I have lived in San Diego for almost 35 years and had married a Mexican National back then and have pass through customs in both TJ and Mexicali several hundred times. Having Calif. plates and a Tahoe full of personal stuff will be easy in those cities as they are very used to seeing this scenario daily many times. The most they will do is charge you some money and the least is wave you on your way for free, most likely if the stuff looks well used.

The 2 day drive, 1000 miles, one way is not bad at all. 20 years ago it was a rough ride, I have heard, now very smooth.


----------



## aussieyank (Feb 26, 2012)

AlanMexicali said:


> I have lived in San Diego for almost 35 years and had married a Mexican National back then and have pass through customs in both TJ and Mexicali several hundreds times. Having Calif. plates and a Tahoe full of personal stuff will be easy in those cities as they are very used to seeing this scenario daily many times. The most they will do is charge you some money and the least is wave you on your way for free, most likely if the stuff looks well used.
> 
> The 2 day drive, 1000 miles, one way is not bad at all. 20 years ago it was a rough ride, I have heard, now very smooth.


Excellent. Wife and I just talked about it again and we definitely want to bring our stuff with us. I just searched again regarding shipping and that's out of the question. I'm 56 and she's 46 and not of the "backpacking" crowd anymore. Would love to have some of our creature comforts and toys. 

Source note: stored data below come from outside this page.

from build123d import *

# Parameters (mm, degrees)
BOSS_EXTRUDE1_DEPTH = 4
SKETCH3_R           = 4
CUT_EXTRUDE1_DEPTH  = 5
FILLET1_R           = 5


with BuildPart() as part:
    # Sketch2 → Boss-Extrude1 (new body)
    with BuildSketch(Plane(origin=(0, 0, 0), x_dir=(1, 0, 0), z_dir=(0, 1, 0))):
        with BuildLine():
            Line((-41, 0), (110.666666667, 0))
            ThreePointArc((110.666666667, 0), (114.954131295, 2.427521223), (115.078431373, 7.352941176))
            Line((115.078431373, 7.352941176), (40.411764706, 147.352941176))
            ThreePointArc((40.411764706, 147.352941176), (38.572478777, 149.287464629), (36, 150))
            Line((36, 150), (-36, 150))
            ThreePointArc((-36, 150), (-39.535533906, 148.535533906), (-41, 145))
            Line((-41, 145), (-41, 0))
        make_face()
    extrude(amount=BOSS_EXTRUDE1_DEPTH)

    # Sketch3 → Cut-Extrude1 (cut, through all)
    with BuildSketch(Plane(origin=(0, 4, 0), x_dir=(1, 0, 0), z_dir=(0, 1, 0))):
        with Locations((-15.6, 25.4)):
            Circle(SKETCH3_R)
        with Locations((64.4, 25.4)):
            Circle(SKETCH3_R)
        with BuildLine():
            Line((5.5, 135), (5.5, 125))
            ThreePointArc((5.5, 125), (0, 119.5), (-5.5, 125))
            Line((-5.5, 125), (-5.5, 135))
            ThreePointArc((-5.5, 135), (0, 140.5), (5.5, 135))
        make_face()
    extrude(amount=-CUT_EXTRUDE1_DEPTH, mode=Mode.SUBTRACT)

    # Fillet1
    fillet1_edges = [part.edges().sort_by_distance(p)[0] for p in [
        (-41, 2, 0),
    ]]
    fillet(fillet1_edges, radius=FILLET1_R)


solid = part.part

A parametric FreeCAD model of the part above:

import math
import FreeCAD as App
import Part
import Sketcher

V = App.Vector
Q = App.Units.Quantity


def edges_at(feature, points):
    """Names of the edges that pass closest to the given points."""
    edges = feature.Shape.Edges
    near = lambda p: min(range(len(edges)), key=lambda i: edges[i].distToShape(Part.Vertex(*p))[0])
    return sorted({f"Edge{near(p) + 1}" for p in points})

doc = App.newDocument("Part")
body = doc.addObject("PartDesign::Body", "Body")

# Sketch on XZ plane
sketch1 = body.newObject("Sketcher::SketchObject", "Sketch")
sketch1.AttachmentSupport = (doc.getObject("XZ_Plane"), [""])
sketch1.MapMode = "FlatFace"
sketch1.addGeometry([
    Part.LineSegment(V(-41, 0, 0), V(110.7, 0, 0)),  # 0
    Part.ArcOfCircle(Part.Circle(V(110.7, -5, 0), V(0, 0, 1), 5), math.radians(-28), math.radians(90)),  # 1
    Part.LineSegment(V(115.1, -7.4, 0), V(40.4, -147.4, 0)),  # 2
    Part.ArcOfCircle(Part.Circle(V(36, -145, 0), V(0, 0, 1), 5), math.radians(-90), math.radians(-28)),  # 3
    Part.LineSegment(V(36, -150, 0), V(-36, -150, 0)),  # 4
    Part.ArcOfCircle(Part.Circle(V(-36, -145, 0), V(0, 0, 1), 5), math.radians(180), math.radians(270)),  # 5
    Part.LineSegment(V(-41, -145, 0), V(-41, 0, 0)),  # 6
], False)
sketch1.addConstraint([
    Sketcher.Constraint("Tangent", 0, 2, 1, 2),
    Sketcher.Constraint("Tangent", 1, 1, 2, 1),
    Sketcher.Constraint("Tangent", 2, 2, 3, 2),
    Sketcher.Constraint("Tangent", 3, 1, 4, 1),
    Sketcher.Constraint("Tangent", 4, 2, 5, 2),
    Sketcher.Constraint("Tangent", 5, 1, 6, 1),
    Sketcher.Constraint("Coincident", 6, 2, 0, 1),
    Sketcher.Constraint("Horizontal", 0),
    Sketcher.Constraint("Horizontal", 4),
    Sketcher.Constraint("Vertical", 6),
    Sketcher.Constraint("Equal", 1, 3),
    Sketcher.Constraint("Equal", 3, 5),
    Sketcher.Constraint("PointOnObject", 0, 2, -1),
    Sketcher.Constraint("Radius", 1, Q("5 mm")),
    Sketcher.Constraint("DistanceX", 4, 2, 4, 1, Q("72 mm")),
    Sketcher.Constraint("DistanceY", 6, 1, 6, 2, Q("145 mm")),
    Sketcher.Constraint("DistanceX", -1, 1, 3, 3, Q("36 mm")),
    Sketcher.Constraint("DistanceX", 2, 2, 1, 3, Q("70.254902 mm")),
])
pad1 = body.newObject("PartDesign::Pad", "Pad")
pad1.Profile = sketch1
pad1.Length = 4
pad1.Reversed = True

# Sketch on XZ plane
sketch2 = body.newObject("Sketcher::SketchObject", "Sketch001")
sketch2.AttachmentSupport = (doc.getObject("XZ_Plane"), [""])
sketch2.MapMode = "FlatFace"
sketch2.AttachmentOffset = App.Placement(V(0, 0, -4), App.Rotation())
sketch2.addGeometry([
    Part.Circle(V(-15.6, -25.4, 0), V(0, 0, 1), 4),  # 0
    Part.Circle(V(64.4, -25.4, 0), V(0, 0, 1), 4),  # 1
    Part.LineSegment(V(5.5, -125, 0), V(5.5, -135, 0)),  # 2
    Part.ArcOfCircle(Part.Circle(V(0, -135, 0), V(0, 0, 1), 5.5), math.radians(180), math.radians(360)),  # 3
    Part.LineSegment(V(-5.5, -135, 0), V(-5.5, -125, 0)),  # 4
    Part.ArcOfCircle(Part.Circle(V(0, -125, 0), V(0, 0, 1), 5.5), math.radians(0), math.radians(180)),  # 5
], False)
sketch2.addConstraint([
    Sketcher.Constraint("Tangent", 2, 2, 3, 2),
    Sketcher.Constraint("Tangent", 3, 1, 4, 1),
    Sketcher.Constraint("Tangent", 4, 2, 5, 2),
    Sketcher.Constraint("Tangent", 5, 1, 2, 1),
    Sketcher.Constraint("Vertical", 2),
    Sketcher.Constraint("Vertical", 4),
    Sketcher.Constraint("Equal", 0, 1),
    Sketcher.Constraint("PointOnObject", 3, 3, -2),
    Sketcher.Constraint("Horizontal", 0, 3, 1, 3),
    Sketcher.Constraint("Diameter", 0, Q("8 mm")),
    Sketcher.Constraint("Radius", 3, Q("5.5 mm")),
    Sketcher.Constraint("DistanceY", 2, 2, 2, 1, Q("10 mm")),
    Sketcher.Constraint("DistanceY", 3, 3, -1, 1, Q("135 mm")),
    Sketcher.Constraint("DistanceX", 0, 3, 1, 3, Q("80 mm")),
    Sketcher.Constraint("DistanceX", 0, 3, -1, 1, Q("15.6 mm")),
    Sketcher.Constraint("DistanceY", 0, 3, -1, 1, Q("25.4 mm")),
])
pocket1 = body.newObject("PartDesign::Pocket", "Pocket")
pocket1.Profile = sketch2
pocket1.Type = "ThroughAll"
pocket1.Reversed = True
doc.recompute()

fillet = body.newObject("PartDesign::Fillet", "Fillet")
fillet.Base = (pocket1, edges_at(pocket1, [(-41, 2, 0)]))
fillet.Radius = 5

doc.recompute()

Nice to hear that that drive isn't that bad. We could do it in a couple of days or even three days. Having the US vehicle leaves us with more options as far as coming back to the States if we eventually want to move to Australia. I think we'll leave some of our stuff with a friend in the States to deal with at a later date.

Thanks again


----------



## RVGRINGO (May 16, 2007)

Remember: The new rules make it impossible to change from FMM Tourist to Residente Temporal in Mexico. Application must be made in your home country for either Residente Temporal or Residente Permanente. The FMM cannot be renewed or extended in Mexico, requiring a trip to the border after 180 days in Mexico.


----------